Action item:
Below are the records; output them exactly from the first line through the line with "v -3.36 2.1 10.5", stopping there.

Dataset entries:
▽
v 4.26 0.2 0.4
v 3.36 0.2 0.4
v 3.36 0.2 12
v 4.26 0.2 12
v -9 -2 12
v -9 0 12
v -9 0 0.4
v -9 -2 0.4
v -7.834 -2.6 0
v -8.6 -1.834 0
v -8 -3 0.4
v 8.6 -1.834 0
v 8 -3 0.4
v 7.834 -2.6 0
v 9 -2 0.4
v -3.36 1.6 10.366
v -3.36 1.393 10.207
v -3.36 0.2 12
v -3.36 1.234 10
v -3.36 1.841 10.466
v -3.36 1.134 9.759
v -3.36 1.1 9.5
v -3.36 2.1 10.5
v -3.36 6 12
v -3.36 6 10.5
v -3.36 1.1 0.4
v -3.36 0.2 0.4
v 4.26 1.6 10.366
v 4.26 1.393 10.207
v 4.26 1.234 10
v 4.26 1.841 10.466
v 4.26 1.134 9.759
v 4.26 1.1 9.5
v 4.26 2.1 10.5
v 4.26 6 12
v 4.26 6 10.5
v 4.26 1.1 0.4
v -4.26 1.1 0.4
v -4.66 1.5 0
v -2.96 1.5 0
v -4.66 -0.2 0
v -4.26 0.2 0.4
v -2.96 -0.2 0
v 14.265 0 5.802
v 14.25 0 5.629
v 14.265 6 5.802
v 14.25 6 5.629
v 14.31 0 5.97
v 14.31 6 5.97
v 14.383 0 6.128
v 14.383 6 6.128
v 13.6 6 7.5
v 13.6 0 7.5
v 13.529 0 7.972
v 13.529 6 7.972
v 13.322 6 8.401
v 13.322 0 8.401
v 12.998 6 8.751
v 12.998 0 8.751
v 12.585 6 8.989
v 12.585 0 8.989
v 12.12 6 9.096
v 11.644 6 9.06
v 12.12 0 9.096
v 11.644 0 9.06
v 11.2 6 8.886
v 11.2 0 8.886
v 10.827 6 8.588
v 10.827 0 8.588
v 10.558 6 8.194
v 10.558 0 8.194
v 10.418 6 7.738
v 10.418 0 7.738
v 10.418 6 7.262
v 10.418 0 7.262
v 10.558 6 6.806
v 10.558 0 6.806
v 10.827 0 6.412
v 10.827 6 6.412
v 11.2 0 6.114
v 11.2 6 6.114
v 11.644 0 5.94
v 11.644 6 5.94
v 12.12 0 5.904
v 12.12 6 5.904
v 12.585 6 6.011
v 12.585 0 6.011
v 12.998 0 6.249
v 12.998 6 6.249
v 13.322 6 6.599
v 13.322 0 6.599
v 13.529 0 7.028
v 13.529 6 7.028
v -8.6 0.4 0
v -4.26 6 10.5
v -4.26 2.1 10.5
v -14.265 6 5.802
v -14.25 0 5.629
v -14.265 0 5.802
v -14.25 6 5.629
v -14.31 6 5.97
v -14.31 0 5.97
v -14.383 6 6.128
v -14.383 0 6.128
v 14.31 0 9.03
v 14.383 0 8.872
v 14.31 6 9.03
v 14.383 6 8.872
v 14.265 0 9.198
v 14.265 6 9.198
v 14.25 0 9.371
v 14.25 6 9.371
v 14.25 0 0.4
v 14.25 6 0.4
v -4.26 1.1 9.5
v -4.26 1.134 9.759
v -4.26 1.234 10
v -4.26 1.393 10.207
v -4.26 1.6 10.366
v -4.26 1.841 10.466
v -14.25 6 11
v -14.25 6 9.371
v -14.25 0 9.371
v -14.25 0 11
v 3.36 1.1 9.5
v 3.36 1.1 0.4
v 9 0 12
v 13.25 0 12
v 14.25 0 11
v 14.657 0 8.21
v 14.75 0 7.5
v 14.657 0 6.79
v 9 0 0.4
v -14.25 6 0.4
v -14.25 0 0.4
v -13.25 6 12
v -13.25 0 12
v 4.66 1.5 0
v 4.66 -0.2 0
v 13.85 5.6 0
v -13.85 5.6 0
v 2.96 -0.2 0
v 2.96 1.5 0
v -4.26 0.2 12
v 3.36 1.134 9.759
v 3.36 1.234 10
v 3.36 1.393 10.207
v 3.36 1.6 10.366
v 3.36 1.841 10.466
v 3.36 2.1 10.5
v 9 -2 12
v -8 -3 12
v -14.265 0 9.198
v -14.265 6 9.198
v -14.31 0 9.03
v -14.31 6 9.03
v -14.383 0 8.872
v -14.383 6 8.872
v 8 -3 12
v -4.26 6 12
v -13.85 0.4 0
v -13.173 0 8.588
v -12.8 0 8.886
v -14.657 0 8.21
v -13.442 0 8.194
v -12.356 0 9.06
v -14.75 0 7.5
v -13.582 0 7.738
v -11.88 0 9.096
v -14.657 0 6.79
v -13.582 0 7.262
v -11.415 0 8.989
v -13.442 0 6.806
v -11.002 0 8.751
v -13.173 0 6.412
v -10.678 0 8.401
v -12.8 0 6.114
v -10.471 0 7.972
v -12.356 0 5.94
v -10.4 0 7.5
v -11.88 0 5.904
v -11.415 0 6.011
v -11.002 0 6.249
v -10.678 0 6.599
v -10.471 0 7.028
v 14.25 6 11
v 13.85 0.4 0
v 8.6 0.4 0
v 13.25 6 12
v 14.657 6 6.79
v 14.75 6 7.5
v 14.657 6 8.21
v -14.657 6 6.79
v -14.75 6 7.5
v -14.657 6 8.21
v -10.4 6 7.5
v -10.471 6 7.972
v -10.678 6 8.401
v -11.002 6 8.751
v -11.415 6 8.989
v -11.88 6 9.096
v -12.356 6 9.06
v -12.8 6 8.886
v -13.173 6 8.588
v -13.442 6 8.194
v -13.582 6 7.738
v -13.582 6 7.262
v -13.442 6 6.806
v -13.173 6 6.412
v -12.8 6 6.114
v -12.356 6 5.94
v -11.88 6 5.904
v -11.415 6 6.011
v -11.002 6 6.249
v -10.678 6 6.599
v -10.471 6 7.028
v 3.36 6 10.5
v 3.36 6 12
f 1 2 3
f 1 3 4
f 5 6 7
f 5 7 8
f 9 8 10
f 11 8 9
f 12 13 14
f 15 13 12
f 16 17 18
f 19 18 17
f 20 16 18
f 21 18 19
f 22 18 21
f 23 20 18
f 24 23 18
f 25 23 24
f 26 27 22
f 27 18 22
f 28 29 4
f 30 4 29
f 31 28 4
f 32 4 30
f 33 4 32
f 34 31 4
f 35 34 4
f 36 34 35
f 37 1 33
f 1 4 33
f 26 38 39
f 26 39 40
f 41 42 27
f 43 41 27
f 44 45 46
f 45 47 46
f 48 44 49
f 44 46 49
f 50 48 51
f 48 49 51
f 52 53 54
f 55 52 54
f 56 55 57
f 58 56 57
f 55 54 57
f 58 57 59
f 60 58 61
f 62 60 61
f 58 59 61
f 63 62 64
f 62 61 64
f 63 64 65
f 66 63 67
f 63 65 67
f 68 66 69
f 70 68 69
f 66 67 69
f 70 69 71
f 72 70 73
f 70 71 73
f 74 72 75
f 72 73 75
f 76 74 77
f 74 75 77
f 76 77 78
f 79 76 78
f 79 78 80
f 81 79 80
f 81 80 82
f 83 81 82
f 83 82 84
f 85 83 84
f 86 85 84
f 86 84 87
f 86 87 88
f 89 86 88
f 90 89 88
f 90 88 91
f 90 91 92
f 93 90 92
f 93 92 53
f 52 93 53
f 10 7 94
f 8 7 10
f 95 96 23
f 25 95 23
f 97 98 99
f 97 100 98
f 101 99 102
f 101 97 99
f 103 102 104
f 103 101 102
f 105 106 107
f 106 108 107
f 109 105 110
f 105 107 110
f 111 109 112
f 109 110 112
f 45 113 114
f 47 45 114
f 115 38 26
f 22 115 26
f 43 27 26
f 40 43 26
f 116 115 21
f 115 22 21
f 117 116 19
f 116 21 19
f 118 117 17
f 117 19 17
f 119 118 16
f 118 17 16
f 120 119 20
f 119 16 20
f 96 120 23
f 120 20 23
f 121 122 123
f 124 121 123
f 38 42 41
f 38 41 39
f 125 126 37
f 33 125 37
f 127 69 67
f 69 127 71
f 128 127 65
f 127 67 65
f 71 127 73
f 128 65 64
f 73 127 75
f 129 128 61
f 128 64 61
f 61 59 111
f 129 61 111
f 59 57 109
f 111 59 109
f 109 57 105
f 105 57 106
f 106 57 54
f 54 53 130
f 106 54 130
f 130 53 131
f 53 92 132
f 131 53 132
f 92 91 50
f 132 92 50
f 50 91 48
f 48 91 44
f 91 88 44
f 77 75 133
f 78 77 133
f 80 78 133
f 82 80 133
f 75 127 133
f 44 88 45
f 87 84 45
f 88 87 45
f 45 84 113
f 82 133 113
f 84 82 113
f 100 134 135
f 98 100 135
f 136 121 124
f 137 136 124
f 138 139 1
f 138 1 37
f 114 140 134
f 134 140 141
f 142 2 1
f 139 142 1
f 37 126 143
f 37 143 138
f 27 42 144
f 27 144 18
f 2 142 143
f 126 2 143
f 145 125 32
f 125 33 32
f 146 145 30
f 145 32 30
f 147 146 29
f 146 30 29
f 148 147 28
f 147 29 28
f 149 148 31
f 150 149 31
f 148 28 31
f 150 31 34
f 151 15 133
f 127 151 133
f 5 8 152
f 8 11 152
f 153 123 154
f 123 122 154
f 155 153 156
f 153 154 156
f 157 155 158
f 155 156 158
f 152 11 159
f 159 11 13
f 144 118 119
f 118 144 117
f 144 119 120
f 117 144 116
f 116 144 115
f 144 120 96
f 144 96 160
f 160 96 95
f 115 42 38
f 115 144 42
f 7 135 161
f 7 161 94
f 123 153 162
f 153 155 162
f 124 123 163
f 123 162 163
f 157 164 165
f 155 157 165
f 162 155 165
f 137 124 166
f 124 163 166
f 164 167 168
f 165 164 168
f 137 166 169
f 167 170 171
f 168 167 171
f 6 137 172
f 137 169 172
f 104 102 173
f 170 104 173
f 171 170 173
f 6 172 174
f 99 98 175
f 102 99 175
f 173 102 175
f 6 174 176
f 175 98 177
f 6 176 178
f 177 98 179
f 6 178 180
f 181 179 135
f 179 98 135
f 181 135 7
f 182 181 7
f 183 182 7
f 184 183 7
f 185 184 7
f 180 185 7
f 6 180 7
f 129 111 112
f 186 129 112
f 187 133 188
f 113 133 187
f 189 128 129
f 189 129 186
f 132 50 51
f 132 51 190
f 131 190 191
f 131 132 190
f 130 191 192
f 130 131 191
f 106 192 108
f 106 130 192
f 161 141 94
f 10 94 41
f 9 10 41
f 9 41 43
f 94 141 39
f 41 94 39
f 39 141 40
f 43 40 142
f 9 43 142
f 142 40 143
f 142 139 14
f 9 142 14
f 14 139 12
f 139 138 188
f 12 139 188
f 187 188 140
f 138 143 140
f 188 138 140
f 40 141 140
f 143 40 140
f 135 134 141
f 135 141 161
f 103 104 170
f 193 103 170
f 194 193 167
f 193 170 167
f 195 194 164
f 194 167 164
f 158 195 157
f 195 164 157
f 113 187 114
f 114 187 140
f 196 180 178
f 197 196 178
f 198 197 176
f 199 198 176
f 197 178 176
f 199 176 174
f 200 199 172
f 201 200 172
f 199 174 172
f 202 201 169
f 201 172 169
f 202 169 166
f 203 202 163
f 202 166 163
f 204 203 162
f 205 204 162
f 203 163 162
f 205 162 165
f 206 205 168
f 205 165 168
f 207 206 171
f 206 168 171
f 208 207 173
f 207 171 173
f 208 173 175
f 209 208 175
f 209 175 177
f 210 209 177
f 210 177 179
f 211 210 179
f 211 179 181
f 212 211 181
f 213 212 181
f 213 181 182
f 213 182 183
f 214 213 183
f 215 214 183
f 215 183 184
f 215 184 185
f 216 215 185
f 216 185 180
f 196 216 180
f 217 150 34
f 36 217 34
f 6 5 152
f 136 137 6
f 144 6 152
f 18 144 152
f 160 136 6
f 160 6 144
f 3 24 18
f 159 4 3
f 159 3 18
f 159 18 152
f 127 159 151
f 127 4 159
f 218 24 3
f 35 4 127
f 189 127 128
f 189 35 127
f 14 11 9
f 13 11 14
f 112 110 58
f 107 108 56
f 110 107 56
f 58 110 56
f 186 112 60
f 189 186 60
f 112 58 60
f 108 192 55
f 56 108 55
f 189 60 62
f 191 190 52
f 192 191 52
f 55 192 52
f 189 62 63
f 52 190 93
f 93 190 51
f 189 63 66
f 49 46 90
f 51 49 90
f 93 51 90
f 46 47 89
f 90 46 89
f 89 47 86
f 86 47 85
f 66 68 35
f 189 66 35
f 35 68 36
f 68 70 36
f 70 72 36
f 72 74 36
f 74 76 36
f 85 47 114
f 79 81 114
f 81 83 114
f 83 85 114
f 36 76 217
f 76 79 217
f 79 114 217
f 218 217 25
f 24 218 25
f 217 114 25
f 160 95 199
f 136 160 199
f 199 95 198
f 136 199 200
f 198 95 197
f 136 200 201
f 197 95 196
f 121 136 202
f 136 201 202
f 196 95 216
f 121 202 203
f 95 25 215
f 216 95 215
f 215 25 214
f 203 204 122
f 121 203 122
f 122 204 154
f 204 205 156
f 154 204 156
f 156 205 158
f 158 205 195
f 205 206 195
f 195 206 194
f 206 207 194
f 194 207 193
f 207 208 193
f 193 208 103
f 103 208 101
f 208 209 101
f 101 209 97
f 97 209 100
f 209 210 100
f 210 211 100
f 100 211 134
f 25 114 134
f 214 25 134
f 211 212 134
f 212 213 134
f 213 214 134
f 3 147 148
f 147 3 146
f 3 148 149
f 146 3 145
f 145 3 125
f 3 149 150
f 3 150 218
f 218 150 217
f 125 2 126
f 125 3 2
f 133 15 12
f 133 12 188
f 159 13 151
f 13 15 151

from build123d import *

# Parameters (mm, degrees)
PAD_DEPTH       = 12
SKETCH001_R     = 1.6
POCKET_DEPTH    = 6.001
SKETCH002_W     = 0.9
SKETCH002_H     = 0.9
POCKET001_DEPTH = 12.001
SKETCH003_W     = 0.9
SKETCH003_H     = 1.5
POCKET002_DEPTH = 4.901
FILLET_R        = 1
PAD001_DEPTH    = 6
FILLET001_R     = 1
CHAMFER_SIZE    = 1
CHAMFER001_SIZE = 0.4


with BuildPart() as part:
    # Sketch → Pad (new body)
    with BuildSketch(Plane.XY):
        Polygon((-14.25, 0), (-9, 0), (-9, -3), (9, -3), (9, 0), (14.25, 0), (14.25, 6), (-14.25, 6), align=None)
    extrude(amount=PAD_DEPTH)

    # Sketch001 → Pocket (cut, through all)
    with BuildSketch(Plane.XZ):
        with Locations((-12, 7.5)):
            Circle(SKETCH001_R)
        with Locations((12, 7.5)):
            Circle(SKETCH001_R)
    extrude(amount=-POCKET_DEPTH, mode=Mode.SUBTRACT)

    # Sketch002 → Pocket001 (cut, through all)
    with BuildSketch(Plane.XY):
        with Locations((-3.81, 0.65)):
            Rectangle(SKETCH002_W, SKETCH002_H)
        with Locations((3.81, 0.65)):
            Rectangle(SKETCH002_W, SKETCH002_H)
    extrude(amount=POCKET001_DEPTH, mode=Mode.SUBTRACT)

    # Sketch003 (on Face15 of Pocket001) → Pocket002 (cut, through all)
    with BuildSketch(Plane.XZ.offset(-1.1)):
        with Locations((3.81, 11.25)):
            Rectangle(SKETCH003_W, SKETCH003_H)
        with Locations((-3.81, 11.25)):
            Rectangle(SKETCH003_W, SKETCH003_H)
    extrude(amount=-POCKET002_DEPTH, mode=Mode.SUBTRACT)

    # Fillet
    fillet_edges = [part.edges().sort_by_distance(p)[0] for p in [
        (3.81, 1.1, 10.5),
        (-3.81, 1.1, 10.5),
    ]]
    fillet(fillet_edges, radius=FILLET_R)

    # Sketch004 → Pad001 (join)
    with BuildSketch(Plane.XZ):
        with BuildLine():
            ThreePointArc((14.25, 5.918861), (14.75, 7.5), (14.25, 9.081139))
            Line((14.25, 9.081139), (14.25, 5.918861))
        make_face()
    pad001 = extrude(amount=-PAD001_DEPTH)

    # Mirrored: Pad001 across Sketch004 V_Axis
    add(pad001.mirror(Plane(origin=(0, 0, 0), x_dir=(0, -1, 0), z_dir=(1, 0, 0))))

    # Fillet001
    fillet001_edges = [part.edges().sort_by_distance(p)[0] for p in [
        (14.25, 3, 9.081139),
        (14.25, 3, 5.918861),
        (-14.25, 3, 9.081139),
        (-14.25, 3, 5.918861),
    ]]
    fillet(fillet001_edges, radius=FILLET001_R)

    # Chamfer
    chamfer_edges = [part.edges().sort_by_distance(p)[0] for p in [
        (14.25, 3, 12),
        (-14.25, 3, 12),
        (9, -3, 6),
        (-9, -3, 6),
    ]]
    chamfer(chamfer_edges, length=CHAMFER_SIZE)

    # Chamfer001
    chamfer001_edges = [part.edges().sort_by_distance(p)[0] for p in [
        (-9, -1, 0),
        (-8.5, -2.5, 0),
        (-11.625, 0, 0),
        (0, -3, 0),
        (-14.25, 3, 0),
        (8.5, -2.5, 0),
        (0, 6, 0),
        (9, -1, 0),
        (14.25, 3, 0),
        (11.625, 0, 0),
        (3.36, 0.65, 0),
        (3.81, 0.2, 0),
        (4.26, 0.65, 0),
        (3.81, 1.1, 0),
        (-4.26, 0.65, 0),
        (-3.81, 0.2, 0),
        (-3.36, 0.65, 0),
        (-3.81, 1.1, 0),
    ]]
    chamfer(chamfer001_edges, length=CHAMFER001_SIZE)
△
Task result:
v 4.26 0.2 0.4
v 3.36 0.2 0.4
v 3.36 0.2 12
v 4.26 0.2 12
v -9 -2 12
v -9 0 12
v -9 0 0.4
v -9 -2 0.4
v -7.834 -2.6 0
v -8.6 -1.834 0
v -8 -3 0.4
v 8.6 -1.834 0
v 8 -3 0.4
v 7.834 -2.6 0
v 9 -2 0.4
v -3.36 1.6 10.366
v -3.36 1.393 10.207
v -3.36 0.2 12
v -3.36 1.234 10
v -3.36 1.841 10.466
v -3.36 1.134 9.759
v -3.36 1.1 9.5
v -3.36 2.1 10.5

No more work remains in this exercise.